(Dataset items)
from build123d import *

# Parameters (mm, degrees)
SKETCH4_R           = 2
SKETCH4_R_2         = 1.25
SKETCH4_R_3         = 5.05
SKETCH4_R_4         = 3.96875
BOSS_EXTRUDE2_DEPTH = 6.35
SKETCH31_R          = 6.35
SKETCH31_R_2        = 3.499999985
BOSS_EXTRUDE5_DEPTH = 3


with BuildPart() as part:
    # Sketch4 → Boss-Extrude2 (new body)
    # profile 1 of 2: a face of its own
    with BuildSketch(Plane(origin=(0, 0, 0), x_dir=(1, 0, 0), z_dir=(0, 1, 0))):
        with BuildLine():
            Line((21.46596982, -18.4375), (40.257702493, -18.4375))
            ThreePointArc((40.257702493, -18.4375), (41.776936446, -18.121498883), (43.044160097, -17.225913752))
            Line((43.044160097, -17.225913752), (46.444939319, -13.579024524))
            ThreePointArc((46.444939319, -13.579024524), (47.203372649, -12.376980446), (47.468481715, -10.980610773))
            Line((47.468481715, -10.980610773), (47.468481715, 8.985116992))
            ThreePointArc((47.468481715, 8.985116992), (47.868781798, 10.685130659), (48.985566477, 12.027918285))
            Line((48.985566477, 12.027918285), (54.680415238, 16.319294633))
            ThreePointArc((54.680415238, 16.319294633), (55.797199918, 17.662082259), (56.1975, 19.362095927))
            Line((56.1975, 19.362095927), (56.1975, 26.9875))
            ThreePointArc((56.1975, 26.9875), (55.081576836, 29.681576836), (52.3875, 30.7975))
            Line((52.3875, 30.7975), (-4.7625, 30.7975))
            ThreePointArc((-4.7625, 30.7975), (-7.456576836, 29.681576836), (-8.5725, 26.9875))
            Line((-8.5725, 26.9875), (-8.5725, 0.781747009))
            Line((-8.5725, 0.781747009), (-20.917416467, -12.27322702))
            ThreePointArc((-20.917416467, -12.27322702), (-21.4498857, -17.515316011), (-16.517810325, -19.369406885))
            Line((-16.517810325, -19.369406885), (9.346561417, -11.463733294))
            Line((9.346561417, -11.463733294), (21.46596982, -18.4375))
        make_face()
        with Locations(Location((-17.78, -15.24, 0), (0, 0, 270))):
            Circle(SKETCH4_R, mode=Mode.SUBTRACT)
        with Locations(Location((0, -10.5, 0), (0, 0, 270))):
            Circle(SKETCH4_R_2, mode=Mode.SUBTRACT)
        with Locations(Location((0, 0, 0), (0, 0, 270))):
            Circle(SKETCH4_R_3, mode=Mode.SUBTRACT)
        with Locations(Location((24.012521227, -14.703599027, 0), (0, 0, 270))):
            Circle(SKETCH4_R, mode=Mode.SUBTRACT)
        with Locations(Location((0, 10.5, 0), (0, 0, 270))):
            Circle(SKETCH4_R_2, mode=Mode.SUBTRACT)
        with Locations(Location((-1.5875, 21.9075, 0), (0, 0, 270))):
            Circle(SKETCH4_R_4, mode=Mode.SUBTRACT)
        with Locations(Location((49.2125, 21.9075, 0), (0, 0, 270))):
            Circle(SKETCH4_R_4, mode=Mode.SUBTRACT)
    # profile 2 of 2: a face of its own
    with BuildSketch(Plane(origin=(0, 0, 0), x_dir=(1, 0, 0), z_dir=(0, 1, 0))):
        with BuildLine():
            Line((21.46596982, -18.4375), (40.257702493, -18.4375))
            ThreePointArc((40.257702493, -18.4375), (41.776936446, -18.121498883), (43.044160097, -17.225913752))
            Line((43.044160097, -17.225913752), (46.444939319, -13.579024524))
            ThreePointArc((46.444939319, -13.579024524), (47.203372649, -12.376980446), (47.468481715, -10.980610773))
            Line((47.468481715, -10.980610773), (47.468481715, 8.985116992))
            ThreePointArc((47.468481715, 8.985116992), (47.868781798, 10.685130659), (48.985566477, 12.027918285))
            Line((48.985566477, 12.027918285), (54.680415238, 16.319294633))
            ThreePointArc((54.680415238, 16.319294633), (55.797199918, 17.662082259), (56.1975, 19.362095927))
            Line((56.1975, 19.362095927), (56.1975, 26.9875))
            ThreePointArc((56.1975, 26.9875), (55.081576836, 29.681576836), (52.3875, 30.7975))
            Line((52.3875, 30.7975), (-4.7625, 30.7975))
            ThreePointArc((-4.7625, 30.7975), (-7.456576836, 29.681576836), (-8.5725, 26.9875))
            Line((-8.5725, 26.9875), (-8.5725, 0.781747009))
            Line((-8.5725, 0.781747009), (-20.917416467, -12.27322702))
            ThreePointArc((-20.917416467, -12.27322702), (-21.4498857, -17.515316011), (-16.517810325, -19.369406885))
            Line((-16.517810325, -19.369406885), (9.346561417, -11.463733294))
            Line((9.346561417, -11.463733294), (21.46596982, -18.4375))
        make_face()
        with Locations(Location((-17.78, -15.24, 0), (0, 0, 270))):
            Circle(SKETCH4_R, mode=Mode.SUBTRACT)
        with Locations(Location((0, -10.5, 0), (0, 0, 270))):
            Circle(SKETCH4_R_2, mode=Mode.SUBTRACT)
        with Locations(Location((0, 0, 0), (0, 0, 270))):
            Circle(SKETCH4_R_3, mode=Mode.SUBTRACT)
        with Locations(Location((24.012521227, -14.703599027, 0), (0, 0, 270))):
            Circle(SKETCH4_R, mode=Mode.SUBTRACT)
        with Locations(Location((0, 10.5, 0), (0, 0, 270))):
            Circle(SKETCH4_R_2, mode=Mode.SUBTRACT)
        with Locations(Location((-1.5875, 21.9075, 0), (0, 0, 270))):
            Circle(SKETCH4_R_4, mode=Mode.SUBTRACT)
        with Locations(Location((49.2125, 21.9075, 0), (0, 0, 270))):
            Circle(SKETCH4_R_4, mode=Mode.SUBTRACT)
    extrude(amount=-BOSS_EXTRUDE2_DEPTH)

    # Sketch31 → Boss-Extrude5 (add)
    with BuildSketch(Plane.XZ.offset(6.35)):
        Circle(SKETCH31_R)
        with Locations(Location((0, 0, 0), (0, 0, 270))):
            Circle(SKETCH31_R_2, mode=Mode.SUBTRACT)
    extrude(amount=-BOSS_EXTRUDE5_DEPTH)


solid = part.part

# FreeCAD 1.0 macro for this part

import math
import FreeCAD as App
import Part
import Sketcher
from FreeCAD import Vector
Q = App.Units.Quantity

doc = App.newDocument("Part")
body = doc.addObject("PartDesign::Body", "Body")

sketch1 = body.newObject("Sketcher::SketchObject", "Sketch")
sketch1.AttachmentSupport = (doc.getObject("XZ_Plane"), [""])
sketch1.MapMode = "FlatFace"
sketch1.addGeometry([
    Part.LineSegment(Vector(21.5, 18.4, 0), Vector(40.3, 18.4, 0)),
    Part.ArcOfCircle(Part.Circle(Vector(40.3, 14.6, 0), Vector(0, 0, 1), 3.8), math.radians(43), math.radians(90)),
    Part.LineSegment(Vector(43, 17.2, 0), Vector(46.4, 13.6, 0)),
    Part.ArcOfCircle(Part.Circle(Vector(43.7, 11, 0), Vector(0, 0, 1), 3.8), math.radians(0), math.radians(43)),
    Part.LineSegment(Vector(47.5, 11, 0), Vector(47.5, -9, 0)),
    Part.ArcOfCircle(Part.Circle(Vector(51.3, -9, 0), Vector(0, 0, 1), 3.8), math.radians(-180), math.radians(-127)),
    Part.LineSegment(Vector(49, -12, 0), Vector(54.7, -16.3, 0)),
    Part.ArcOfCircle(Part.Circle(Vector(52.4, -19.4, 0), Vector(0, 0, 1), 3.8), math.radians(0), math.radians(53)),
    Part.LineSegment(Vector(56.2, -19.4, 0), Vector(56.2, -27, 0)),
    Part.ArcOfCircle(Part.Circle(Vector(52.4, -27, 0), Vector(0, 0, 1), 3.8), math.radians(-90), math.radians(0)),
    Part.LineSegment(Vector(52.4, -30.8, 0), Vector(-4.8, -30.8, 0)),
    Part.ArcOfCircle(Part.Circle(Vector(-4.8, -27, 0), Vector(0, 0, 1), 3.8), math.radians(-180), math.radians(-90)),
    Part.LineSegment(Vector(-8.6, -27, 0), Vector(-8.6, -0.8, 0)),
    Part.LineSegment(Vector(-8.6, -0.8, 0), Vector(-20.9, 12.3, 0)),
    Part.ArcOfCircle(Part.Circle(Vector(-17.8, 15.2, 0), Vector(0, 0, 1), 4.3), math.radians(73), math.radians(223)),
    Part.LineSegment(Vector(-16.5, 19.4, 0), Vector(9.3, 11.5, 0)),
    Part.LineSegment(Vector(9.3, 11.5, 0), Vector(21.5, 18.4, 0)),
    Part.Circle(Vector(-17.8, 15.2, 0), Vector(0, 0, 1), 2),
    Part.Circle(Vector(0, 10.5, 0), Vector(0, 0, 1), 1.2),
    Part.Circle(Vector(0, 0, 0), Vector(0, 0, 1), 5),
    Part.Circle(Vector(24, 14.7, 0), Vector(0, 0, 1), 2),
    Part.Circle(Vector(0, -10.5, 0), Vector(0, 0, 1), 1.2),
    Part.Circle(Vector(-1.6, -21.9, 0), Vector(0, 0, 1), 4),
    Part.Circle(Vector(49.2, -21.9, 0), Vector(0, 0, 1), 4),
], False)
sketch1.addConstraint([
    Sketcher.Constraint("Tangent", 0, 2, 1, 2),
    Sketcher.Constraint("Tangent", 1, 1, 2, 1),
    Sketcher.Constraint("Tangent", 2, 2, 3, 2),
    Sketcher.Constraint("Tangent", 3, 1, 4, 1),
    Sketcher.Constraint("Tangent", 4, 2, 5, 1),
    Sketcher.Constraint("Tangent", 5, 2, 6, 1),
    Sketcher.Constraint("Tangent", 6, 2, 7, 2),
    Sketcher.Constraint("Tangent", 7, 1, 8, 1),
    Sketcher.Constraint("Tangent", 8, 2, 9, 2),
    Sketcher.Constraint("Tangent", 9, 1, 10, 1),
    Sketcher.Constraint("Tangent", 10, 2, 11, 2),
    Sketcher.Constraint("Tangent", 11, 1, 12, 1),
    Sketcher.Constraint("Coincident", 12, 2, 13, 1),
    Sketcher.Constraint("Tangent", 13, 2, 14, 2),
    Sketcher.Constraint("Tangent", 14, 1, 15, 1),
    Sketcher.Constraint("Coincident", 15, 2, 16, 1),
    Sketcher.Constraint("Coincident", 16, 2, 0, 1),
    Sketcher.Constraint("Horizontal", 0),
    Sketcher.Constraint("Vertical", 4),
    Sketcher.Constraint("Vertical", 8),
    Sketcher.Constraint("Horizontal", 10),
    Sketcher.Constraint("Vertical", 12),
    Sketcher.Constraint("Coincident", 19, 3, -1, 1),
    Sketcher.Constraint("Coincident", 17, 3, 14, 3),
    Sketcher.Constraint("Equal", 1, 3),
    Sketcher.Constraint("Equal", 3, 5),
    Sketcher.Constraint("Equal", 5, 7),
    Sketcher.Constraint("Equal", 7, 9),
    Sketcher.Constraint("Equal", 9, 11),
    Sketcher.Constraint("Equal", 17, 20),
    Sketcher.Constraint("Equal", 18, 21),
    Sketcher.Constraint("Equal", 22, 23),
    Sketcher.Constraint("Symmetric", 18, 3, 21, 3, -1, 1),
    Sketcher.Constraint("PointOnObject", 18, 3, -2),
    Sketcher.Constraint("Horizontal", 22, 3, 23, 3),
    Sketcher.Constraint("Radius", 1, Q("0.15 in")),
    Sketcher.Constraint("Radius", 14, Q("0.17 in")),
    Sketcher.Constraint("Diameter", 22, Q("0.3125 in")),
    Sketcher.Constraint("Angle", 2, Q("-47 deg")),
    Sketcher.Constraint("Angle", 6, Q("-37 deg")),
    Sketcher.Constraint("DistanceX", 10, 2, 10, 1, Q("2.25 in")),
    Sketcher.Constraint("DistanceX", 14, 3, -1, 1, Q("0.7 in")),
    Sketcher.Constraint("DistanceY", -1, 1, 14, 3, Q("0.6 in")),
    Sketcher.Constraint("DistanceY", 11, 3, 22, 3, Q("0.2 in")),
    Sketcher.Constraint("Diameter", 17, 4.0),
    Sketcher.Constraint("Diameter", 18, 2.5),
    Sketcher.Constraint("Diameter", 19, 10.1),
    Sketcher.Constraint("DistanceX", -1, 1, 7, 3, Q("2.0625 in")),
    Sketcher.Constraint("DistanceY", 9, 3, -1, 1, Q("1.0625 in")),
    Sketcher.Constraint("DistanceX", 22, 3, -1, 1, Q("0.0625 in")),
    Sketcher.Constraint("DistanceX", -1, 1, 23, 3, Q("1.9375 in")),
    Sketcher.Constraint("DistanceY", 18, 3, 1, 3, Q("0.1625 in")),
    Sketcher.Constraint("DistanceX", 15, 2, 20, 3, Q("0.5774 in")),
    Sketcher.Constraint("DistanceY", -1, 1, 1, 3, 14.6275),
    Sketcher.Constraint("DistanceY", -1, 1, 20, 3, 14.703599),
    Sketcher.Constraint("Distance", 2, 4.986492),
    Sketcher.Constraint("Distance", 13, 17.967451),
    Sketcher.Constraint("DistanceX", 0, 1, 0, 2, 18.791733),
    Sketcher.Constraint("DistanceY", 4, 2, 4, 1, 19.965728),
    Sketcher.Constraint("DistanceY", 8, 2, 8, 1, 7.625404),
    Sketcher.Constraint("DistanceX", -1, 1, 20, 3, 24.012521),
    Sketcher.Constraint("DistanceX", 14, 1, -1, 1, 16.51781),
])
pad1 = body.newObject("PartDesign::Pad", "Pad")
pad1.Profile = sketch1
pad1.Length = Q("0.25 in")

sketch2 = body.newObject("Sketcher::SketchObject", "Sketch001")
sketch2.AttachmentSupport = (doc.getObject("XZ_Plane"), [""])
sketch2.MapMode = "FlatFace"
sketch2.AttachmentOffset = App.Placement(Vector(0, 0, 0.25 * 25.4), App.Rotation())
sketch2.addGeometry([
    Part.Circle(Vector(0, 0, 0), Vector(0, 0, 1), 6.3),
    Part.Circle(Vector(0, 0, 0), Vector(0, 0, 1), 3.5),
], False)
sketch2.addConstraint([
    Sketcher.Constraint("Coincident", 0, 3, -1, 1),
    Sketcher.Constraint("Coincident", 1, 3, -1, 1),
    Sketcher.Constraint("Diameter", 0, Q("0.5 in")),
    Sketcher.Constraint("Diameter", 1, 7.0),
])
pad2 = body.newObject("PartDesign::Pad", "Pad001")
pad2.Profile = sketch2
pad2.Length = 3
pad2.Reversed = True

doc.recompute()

| Directions |
Each line in the data that holds the string "amount" should be found and copied.

| Output of the task |
    extrude(amount=-BOSS_EXTRUDE2_DEPTH)
    extrude(amount=-BOSS_EXTRUDE5_DEPTH)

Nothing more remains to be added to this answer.